How fast a bacterium evolves resistance varies strongly between different antibiotics and bacteria. Sometimes resistance develops so fast that the antibiotic is essentially useless for clinical applications. In more encouraging cases, resistance occurs so slowly that the same antibiotic can be used for years or even decades. The ability to predict which antibiotic will avoid resistance longest for a particular bacterium would help to put our use of antibiotics on a more sustainable trajectory. When bacteria are already resistant, combining antibiotics with other drugs (adjuvants) that perturb them in a way that re-sensitizes the bacteria is a successful strategy. On top of this immediate effect, such adjuvants would ideally also slow subsequent resistance evolution. What are the best targets in the bacterial cell to achieve this goal?
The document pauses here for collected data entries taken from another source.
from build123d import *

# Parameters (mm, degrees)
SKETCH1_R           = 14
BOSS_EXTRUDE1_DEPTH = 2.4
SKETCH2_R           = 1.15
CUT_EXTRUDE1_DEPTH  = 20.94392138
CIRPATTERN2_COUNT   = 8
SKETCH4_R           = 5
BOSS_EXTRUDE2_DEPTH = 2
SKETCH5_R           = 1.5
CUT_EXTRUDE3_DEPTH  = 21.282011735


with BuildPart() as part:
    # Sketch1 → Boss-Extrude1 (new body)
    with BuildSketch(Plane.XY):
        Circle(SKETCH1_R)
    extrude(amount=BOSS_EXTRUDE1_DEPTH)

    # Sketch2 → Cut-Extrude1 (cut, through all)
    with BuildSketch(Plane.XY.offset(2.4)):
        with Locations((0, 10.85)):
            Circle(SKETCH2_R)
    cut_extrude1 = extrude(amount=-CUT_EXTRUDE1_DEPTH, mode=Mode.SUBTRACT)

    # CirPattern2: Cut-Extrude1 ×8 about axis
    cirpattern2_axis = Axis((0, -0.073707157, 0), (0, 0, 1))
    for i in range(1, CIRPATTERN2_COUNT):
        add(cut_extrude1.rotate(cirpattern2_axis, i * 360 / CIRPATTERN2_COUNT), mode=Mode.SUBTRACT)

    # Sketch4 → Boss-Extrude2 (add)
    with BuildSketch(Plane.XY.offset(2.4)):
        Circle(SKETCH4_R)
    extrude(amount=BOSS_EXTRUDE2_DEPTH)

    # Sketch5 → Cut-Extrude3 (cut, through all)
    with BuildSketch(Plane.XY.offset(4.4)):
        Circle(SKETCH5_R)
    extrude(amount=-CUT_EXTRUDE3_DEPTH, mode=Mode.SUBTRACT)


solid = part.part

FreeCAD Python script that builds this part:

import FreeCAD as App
import Part
import Sketcher

doc = App.newDocument("Part")
body = doc.addObject("PartDesign::Body", "Body")

# Sketch on XY plane
sketch1 = doc.addObject("Sketcher::SketchObject", "Sketch")
body.addObject(sketch1)
sketch1.AttachmentSupport = (doc.XY_Plane, [""])
sketch1.MapMode = "FlatFace"
sketch1.addGeometry(Part.Circle(App.Vector(0, 0, 0), App.Vector(0, 0, 1), 14), False)
sketch1.addConstraint([
    Sketcher.Constraint("Coincident", 0, 3, -1, 1),
    Sketcher.Constraint("Diameter", 0, 28.0),
])
pad1 = doc.addObject("PartDesign::Pad", "Pad")
body.addObject(pad1)
pad1.Profile = sketch1
pad1.Length = 2.4

# Sketch on XY plane
sketch2 = doc.addObject("Sketcher::SketchObject", "Sketch001")
body.addObject(sketch2)
sketch2.AttachmentSupport = (doc.XY_Plane, [""])
sketch2.MapMode = "FlatFace"
sketch2.AttachmentOffset = App.Placement(App.Vector(0, 0, 2.4), App.Rotation())
sketch2.addGeometry(Part.Circle(App.Vector(0, 10.85, 0), App.Vector(0, 0, 1), 1.15), False)
sketch2.addConstraint([
    Sketcher.Constraint("PointOnObject", 0, 3, -2),
    Sketcher.Constraint("Diameter", 0, 2.3),
    Sketcher.Constraint("DistanceY", -1, 1, 0, 3, 10.85),
])
pocket1 = doc.addObject("PartDesign::Pocket", "Pocket")
body.addObject(pocket1)
pocket1.Profile = sketch2
pocket1.Type = "ThroughAll"
doc.recompute()

datumline = doc.addObject("PartDesign::Line", "DatumLine")
body.addObject(datumline)
datumline.Placement = App.Placement(App.Vector(0, -0.073707, 0), App.Rotation(App.Vector(0, 0, 1), App.Vector(0, 0, 1)))
polarpattern = doc.addObject("PartDesign::PolarPattern", "PolarPattern")
body.addObject(polarpattern)
polarpattern.Originals = [pocket1]
polarpattern.Axis = (datumline, [""])
polarpattern.Angle = 360
polarpattern.Occurrences = 8
body.Tip = polarpattern

# Sketch on XY plane
sketch3 = doc.addObject("Sketcher::SketchObject", "Sketch002")
body.addObject(sketch3)
sketch3.AttachmentSupport = (doc.XY_Plane, [""])
sketch3.MapMode = "FlatFace"
sketch3.AttachmentOffset = App.Placement(App.Vector(0, 0, 2.4), App.Rotation())
sketch3.addGeometry(Part.Circle(App.Vector(0, 0, 0), App.Vector(0, 0, 1), 5), False)
sketch3.addConstraint([
    Sketcher.Constraint("Coincident", 0, 3, -1, 1),
    Sketcher.Constraint("Diameter", 0, 10.0),
])
pad2 = doc.addObject("PartDesign::Pad", "Pad001")
body.addObject(pad2)
pad2.Profile = sketch3
pad2.Length = 2

# Sketch on XY plane
sketch4 = doc.addObject("Sketcher::SketchObject", "Sketch003")
body.addObject(sketch4)
sketch4.AttachmentSupport = (doc.XY_Plane, [""])
sketch4.MapMode = "FlatFace"
sketch4.AttachmentOffset = App.Placement(App.Vector(0, 0, 4.4), App.Rotation())
sketch4.addGeometry(Part.Circle(App.Vector(0, 0, 0), App.Vector(0, 0, 1), 1.5), False)
sketch4.addConstraint([
    Sketcher.Constraint("Coincident", 0, 3, -1, 1),
    Sketcher.Constraint("Diameter", 0, 3.0),
])
pocket2 = doc.addObject("PartDesign::Pocket", "Pocket001")
body.addObject(pocket2)
pocket2.Profile = sketch4
pocket2.Type = "ThroughAll"

doc.recompute()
Robotic system for automation of evolution experiments. Photo: Maya Claussen
We approached this problem by identifying genes that affect evolutionary adaptation to antibiotics in the bacterium Escherichia coli. To this end, we developed a robotic platform, which enabled us to quantify how resistance evolves in hundreds of genetically altered E. coli populations in parallel. Notably, these experiments revealed a potential way of suppressing spontaneous resistance development. First, we identified a stereotypical pattern: those bacterial strains that were initially more sensitive to drugs develop greater resistance to the drug during the course of the evolution experiment. However, this pattern is occasionally broken – when certain genes are perturbed, almost no resistance develops. One of the most striking examples was a drug efflux pump. Perturbing such pumps is known to render bacteria more sensitive to antibiotics, but we were surprised to find that, beyond this immediate effect, it becomes much harder for the bacteria to evolve resistance in the longer run. We showed that genetic interactions with common resistance mutations cause this effect. Our general approach systematically exposes the role of different genes and cellular functions in resistance evolution, thus increasing the predictability of resistance.
Our HFSP grant played a key role in initiating this work: as part of our HFSP collaboration, whose funding ended three years ago, we developed new lab evolution techniques to investigate the fundamental limits of bacterial growth. These techniques included a predecessor of the feedback-controlled high-throughput approach that was essential for our project on antibiotic resistance. This is an example showing how new experimental approaches, initially developed for one specific question, can open up broader opportunities.